5. Quantificazione del trasporto intracellulare a BBB

  1. quantificare il volume (in µm 3) e la zona (in µm 2) del segmento capillare. Nel software di analisi, è necessario accedere al pannello di statistiche della superficie vascolare creato al punto 4.3. Selezionare il ' Detailed ' scheda e utilizzare il menu a discesa per selezionare " tutti i valori " per trovare i valori per volume e area.
  2. Quantificare il numero delle vescicole all'interno del segmento capillare. Nel software di analisi, è necessario accedere al pannello di statistiche dei punti creati al punto 4.4. Selezionare il ' generale ' scheda per trovare il valore del numero totale dei punti dell'immagine.
  3. Per calcolare il numero delle vescicole per capillare di volume, per ogni immagine normalizzare il numero di spot per il volume calcolato al punto 5.1. Moltiplicare questo valore per 1.000 per ottenere il numero di vescicole a 1.000 µm 3 del volume capillare.
  4. Per quantificare l'intensità totale all'interno del capillare crea una nuova superficie che copre i seguenti intera immagine le istruzioni descritte nei passaggi 4.3 con le seguenti modifiche. Selezionare il canale che contiene il segnale pertinente (ad es., mIgG) come canale sorgente e impostare il valore del livello di dettaglio di superficie a 5 µm.

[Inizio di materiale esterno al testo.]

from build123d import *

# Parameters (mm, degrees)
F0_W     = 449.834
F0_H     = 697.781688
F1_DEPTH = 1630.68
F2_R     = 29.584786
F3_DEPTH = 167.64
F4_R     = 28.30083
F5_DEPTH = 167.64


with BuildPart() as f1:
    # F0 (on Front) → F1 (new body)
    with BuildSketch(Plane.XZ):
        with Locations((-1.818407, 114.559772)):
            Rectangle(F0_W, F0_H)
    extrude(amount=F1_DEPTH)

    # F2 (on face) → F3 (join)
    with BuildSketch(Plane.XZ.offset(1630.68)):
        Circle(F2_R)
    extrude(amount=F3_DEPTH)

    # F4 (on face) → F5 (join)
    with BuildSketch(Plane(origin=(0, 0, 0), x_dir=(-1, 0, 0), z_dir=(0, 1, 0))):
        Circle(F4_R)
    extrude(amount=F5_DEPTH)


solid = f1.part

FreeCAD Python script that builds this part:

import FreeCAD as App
import Part
import Sketcher
from FreeCAD import Vector
Q = App.Units.Quantity

doc = App.newDocument("Part")
body = doc.addObject("PartDesign::Body", "Body")

sketch1 = body.newObject("Sketcher::SketchObject", "Sketch")
sketch1.AttachmentSupport = (doc.getObject("XZ_Plane"), [""])
sketch1.MapMode = "FlatFace"
sketch1.addGeometry(Part.LineSegment(Vector(-227, 463, 0), Vector(-227, -234, 0)), False)
sketch1.addGeometry(Part.LineSegment(Vector(-227, -234, 0), Vector(223, -234, 0)), False)
sketch1.addGeometry(Part.LineSegment(Vector(223, -234, 0), Vector(223, 463, 0)), False)
sketch1.addGeometry(Part.LineSegment(Vector(223, 463, 0), Vector(-227, 463, 0)), False)
sketch1.addConstraint(Sketcher.Constraint("Coincident", 0, 2, 1, 1))
sketch1.addConstraint(Sketcher.Constraint("Coincident", 1, 2, 2, 1))
sketch1.addConstraint(Sketcher.Constraint("Coincident", 2, 2, 3, 1))
sketch1.addConstraint(Sketcher.Constraint("Coincident", 3, 2, 0, 1))
sketch1.addConstraint(Sketcher.Constraint("Vertical", 0))
sketch1.addConstraint(Sketcher.Constraint("Horizontal", 1))
sketch1.addConstraint(Sketcher.Constraint("Vertical", 2))
sketch1.addConstraint(Sketcher.Constraint("Horizontal", 3))
sketch1.addConstraint(Sketcher.Constraint("DistanceX", 1, 1, 1, 2, Q("17.71 in")))
sketch1.addConstraint(Sketcher.Constraint("DistanceY", 0, 2, 0, 1, Q("697.781688 mm")))
sketch1.addConstraint(Sketcher.Constraint("DistanceY", 0, 2, -1, 1, Q("234.331072 mm")))
sketch1.addConstraint(Sketcher.Constraint("DistanceX", 0, 2, -1, 1, Q("226.735407 mm")))
pad1 = body.newObject("PartDesign::Pad", "Pad")
pad1.Profile = sketch1
pad1.Length = Q("64.2 in")

sketch2 = body.newObject("Sketcher::SketchObject", "Sketch001")
sketch2.AttachmentSupport = (doc.getObject("XZ_Plane"), [""])
sketch2.MapMode = "FlatFace"
sketch2.AttachmentOffset = App.Placement(Vector(0, 0, 64.2 * 25.4), App.Rotation())
sketch2.addGeometry(Part.Circle(Vector(0, 0, 0), Vector(0, 0, 1), 30), False)
sketch2.addConstraint(Sketcher.Constraint("Coincident", 0, 3, -1, 1))
sketch2.addConstraint(Sketcher.Constraint("Diameter", 0, Q("59.169572 mm")))
pad2 = body.newObject("PartDesign::Pad", "Pad001")
pad2.Profile = sketch2
pad2.Length = Q("6.6 in")

sketch3 = body.newObject("Sketcher::SketchObject", "Sketch002")
sketch3.AttachmentSupport = (doc.getObject("XZ_Plane"), [""])
sketch3.MapMode = "FlatFace"
sketch3.addGeometry(Part.Circle(Vector(0, 0, 0), Vector(0, 0, 1), 28), False)
sketch3.addConstraint(Sketcher.Constraint("Coincident", 0, 3, -1, 1))
sketch3.addConstraint(Sketcher.Constraint("Diameter", 0, Q("56.60166 mm")))
pad3 = body.newObject("PartDesign::Pad", "Pad002")
pad3.Profile = sketch3
pad3.Length = Q("6.6 in")
pad3.Reversed = True

doc.recompute()
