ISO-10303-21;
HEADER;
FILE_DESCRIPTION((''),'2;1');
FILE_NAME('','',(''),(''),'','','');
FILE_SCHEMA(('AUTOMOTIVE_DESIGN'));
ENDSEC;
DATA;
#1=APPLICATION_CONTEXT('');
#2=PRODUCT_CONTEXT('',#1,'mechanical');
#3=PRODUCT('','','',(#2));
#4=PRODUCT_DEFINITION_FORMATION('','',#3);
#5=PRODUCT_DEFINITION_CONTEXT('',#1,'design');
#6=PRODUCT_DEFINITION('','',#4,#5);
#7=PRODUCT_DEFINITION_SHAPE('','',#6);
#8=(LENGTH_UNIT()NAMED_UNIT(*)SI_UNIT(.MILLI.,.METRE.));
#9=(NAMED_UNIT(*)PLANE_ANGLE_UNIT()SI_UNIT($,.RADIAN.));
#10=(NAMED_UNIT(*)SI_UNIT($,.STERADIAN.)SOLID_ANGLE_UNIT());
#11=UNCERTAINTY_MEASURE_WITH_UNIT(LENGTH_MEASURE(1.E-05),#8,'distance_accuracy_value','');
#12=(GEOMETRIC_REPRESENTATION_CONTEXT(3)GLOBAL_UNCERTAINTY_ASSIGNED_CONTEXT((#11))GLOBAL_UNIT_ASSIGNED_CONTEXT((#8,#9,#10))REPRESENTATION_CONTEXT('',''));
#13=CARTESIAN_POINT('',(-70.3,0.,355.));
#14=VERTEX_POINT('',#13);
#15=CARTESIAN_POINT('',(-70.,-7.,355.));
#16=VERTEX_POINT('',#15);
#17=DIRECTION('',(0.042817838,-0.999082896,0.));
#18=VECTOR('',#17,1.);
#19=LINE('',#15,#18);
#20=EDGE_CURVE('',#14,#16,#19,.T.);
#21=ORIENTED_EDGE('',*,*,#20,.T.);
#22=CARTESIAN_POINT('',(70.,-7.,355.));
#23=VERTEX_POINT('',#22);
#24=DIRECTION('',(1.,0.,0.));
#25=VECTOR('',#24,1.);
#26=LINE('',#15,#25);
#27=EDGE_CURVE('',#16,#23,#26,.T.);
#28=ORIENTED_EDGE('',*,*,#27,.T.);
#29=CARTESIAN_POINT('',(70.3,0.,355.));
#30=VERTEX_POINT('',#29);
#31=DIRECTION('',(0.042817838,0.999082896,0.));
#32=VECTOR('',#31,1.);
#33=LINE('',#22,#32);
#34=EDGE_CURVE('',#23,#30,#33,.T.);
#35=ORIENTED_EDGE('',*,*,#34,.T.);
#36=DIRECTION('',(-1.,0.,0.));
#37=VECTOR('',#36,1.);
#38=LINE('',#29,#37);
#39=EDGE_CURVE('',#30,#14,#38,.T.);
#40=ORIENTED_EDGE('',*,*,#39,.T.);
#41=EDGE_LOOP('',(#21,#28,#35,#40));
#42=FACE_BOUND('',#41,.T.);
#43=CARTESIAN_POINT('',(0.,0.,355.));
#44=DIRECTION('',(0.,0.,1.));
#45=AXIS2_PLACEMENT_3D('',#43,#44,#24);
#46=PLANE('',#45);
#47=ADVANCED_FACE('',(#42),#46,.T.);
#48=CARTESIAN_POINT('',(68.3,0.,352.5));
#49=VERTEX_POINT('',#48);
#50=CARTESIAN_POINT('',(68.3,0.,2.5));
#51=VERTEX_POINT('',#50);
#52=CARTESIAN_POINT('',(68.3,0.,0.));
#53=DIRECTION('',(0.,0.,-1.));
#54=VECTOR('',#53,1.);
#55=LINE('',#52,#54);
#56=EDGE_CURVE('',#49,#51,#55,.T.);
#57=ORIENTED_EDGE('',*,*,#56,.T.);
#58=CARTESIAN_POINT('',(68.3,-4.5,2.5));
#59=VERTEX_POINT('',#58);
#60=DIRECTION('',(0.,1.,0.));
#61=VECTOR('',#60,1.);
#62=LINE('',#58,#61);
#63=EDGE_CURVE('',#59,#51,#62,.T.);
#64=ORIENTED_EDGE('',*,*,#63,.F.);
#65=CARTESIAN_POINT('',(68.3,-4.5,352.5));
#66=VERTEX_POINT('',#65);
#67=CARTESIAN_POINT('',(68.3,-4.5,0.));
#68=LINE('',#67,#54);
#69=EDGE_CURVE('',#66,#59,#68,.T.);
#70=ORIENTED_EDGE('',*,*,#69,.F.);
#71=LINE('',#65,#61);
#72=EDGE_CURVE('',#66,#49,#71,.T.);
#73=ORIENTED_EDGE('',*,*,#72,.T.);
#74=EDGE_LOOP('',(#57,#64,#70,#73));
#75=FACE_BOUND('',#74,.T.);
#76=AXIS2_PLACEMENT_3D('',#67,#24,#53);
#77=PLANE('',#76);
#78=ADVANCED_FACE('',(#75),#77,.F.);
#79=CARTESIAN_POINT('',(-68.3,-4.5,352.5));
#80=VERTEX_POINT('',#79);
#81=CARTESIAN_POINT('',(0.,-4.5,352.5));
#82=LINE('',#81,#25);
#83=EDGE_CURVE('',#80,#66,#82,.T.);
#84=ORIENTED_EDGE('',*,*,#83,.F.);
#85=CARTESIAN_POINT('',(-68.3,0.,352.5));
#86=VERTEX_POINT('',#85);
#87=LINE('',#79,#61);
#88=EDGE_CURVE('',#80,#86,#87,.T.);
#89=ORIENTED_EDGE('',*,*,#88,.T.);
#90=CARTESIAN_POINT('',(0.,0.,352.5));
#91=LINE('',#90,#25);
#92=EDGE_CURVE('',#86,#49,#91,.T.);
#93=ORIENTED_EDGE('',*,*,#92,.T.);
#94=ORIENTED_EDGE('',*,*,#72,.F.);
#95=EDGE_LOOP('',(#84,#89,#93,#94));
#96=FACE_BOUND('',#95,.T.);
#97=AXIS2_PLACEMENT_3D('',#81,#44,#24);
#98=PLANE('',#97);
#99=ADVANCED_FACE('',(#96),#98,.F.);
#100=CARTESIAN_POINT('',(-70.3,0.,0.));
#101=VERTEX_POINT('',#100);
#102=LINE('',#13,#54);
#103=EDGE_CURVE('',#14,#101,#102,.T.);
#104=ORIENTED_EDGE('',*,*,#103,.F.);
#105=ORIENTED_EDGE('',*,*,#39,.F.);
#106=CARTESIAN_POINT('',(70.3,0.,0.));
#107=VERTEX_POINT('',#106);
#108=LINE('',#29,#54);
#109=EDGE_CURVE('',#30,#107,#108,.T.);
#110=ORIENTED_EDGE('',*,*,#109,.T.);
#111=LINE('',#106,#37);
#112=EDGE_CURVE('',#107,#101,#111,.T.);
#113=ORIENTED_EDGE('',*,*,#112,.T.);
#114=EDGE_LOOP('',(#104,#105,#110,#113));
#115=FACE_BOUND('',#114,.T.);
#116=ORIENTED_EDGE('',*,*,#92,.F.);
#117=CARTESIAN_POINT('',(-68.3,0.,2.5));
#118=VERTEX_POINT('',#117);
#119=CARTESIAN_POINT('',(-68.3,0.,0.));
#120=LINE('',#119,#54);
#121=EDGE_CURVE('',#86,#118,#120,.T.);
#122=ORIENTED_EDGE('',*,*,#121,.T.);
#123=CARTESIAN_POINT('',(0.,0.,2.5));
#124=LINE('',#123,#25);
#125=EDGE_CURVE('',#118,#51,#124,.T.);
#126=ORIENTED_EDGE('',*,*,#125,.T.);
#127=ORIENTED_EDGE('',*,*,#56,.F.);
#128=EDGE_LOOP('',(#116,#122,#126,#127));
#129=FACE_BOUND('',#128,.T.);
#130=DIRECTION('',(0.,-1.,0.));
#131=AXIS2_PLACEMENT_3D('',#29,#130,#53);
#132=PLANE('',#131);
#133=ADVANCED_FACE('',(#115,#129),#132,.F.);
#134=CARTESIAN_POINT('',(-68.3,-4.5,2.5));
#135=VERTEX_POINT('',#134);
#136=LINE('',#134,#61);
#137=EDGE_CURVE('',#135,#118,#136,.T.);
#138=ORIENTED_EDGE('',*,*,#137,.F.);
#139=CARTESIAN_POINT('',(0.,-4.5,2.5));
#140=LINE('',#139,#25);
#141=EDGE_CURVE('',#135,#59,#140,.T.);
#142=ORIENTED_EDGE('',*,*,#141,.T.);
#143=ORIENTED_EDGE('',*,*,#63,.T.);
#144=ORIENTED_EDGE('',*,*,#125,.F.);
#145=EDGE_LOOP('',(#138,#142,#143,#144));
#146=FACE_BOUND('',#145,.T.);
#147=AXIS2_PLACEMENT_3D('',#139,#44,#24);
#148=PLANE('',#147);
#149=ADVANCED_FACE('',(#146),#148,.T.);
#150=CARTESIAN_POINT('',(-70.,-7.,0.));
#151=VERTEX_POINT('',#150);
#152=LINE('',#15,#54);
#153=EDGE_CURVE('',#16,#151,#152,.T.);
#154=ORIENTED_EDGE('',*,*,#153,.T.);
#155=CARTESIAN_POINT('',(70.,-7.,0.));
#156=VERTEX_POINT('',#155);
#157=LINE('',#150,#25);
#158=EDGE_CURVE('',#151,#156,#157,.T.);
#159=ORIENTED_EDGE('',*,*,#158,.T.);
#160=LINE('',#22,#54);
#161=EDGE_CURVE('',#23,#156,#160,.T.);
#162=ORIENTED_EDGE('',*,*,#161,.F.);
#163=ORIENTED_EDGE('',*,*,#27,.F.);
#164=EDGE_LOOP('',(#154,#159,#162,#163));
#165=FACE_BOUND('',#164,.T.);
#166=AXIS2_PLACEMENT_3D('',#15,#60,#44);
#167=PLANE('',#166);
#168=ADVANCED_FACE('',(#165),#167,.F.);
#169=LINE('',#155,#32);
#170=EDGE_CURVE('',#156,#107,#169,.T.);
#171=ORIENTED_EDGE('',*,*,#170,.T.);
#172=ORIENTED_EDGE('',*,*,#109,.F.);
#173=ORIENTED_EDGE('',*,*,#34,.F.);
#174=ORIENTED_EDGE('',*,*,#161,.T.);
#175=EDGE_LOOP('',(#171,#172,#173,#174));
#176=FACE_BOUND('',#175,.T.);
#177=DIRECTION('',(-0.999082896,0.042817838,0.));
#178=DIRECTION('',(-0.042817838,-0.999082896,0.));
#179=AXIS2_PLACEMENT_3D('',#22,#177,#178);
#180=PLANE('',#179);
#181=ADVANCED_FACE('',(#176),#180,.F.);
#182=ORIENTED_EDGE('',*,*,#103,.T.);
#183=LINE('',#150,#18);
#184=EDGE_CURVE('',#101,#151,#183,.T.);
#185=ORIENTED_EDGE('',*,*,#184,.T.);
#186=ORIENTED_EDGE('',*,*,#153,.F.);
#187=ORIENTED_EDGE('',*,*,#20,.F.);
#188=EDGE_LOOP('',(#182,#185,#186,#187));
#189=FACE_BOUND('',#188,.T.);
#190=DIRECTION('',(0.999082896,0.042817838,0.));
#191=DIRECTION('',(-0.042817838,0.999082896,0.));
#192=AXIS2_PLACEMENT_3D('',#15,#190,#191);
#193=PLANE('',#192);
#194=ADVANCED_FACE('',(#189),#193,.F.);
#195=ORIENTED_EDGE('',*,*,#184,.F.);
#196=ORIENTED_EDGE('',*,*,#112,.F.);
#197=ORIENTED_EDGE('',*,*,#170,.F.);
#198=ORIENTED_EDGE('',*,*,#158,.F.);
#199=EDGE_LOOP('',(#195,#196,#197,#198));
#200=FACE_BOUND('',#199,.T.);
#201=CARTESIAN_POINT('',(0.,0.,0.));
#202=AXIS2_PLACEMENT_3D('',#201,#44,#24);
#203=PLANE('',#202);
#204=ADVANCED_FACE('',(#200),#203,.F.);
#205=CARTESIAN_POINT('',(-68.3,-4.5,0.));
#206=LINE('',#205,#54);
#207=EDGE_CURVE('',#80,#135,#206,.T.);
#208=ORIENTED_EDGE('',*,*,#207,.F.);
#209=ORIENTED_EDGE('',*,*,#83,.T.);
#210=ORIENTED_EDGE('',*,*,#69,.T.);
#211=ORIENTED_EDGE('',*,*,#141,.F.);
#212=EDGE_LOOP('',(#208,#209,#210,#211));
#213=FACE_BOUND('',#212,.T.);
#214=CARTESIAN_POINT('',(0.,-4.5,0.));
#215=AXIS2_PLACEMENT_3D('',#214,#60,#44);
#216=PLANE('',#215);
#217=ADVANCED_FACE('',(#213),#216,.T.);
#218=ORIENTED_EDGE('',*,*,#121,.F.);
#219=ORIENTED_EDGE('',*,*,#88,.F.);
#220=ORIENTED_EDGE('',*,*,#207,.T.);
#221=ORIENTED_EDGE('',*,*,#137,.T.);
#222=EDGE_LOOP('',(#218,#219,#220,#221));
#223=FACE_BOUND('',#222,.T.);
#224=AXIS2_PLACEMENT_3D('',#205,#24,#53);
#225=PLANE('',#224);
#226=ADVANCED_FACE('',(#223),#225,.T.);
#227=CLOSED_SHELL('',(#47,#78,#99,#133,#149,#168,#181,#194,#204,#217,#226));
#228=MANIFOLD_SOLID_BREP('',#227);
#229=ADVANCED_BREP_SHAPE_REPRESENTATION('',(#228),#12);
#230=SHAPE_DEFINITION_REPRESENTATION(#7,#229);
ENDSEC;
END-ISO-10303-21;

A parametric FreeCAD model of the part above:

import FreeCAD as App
import Part
import Sketcher
from FreeCAD import Vector
Q = App.Units.Quantity


def add_polygon(sketch, points):
    """Adds a closed chain of lines whose ends are joined by coincident constraints."""
    first, n = sketch.GeometryCount, len(points)
    for a, b in zip(points, points[1:] + points[:1]):
        sketch.addGeometry(Part.LineSegment(App.Vector(*a, 0), App.Vector(*b, 0)), False)
    for i in range(n):
        sketch.addConstraint(Sketcher.Constraint("Coincident", first + i, 2, first + (i + 1) % n, 1))

doc = App.newDocument("Part")
body = doc.addObject("PartDesign::Body", "Body")

sketch1 = doc.addObject("Sketcher::SketchObject", "Sketch")
body.addObject(sketch1)
sketch1.AttachmentSupport = (doc.XY_Plane, [""])
sketch1.MapMode = "FlatFace"
add_polygon(sketch1, [(-70, -7), (70, -7), (70.3, 0), (-70.3, 0)])
sketch1.addConstraint(Sketcher.Constraint("Horizontal", 0))
sketch1.addConstraint(Sketcher.Constraint("Horizontal", 2))
sketch1.addConstraint(Sketcher.Constraint("Symmetric", 1, 2, 2, 2, -1, 1))
sketch1.addConstraint(Sketcher.Constraint("Equal", 1, 3))
sketch1.addConstraint(Sketcher.Constraint("DistanceX", 0, 1, 0, 2, Q("140 mm")))
sketch1.addConstraint(Sketcher.Constraint("DistanceX", 2, 2, 2, 1, Q("140.6 mm")))
sketch1.addConstraint(Sketcher.Constraint("DistanceY", 0, 2, -1, 1, Q("7 mm")))
pad1 = doc.addObject("PartDesign::Pad", "Pad")
body.addObject(pad1)
pad1.Profile = sketch1
pad1.Length = 355

sketch2 = doc.addObject("Sketcher::SketchObject", "Sketch001")
body.addObject(sketch2)
sketch2.AttachmentSupport = (doc.XZ_Plane, [""])
sketch2.MapMode = "FlatFace"
add_polygon(sketch2, [(-68, 2), (-68, 352), (68, 352), (68, 2)])
sketch2.addConstraint(Sketcher.Constraint("Vertical", 0))
sketch2.addConstraint(Sketcher.Constraint("Horizontal", 1))
sketch2.addConstraint(Sketcher.Constraint("Vertical", 2))
sketch2.addConstraint(Sketcher.Constraint("Horizontal", 3))
sketch2.addConstraint(Sketcher.Constraint("DistanceY", 0, 1, 0, 2, Q("350 mm")))
sketch2.addConstraint(Sketcher.Constraint("DistanceX", 1, 1, 1, 2, Q("136.6 mm")))
sketch2.addConstraint(Sketcher.Constraint("DistanceX", 0, 2, -1, 1, Q("68.3 mm")))
sketch2.addConstraint(Sketcher.Constraint("DistanceY", -1, 1, 0, 2, Q("352.5 mm")))
pocket1 = doc.addObject("PartDesign::Pocket", "Pocket")
body.addObject(pocket1)
pocket1.Profile = sketch2
pocket1.Length = 4.5
pocket1.Reversed = True

doc.recompute()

Per creare una superficie che copre l'intera immagine, impostare il valore della soglia di intensità inferiore a 0.
  5. Del software di analisi, accedere al pannello di statistiche della superficie creata al punto 5.4. Selezionare il " Detailed " scheda e utilizzare il menu a discesa per selezionare " tutti i valori ". Registrare i valori per ' intensità somma ' per i canali di interesse; Questo parametro corrisponde alla somma dei valori di intensità individuale sopra tutti i pixel.
    Nota: Per un segnale intracellulare, ciò corrisponde al canale duplicato con voxel fuori superficie impostato a 0.0. Per un segnale nel parenchima del cervello, ciò corrisponde al canale duplicato con voxel all'interno superficie impostata su 0.0.
  6. Per calcolare l'intensità di fluorescenza per capillare di volume, per ogni immagine normalizzare l'intensità di volume calcolato al punto 5.1. Moltiplicare questo valore per 1.000 per ottenere il valore di intensità di fluorescenza per 1.000 µm 3 del volume capillare.
    Nota: Per i segnali fluorescenti nel parenchima del cervello, normalizzare i valori per il volume di immagine totale meno il volume capillare e moltiplicare per 1.000 per ottenere l'intensità totale per 1.000 µm 3 del parenchima del cervello.
  7. Ripetere la procedura per l'intero set di dati e utilizzare il software appropriato per eseguire l'analisi statistica dei dati.

Representative Results

Come esempi rappresentativi delle immagini ottenute dal protocollo descritto qui, sezioni di cervello di topo sono stati macchiati con anticorpi che riconoscono diverse componenti di NVU compreso della membrana dello scantinato, astrociti, periciti e cellule endoteliali (Vedi Tabella materiali per anticorpi specifici utilizzati) (Figura 1A, D ed E). A questa risoluzione è possibile distinguere i singoli processi astrocitari e fine-piedi che sono a diretto contatto con i vasi capillari.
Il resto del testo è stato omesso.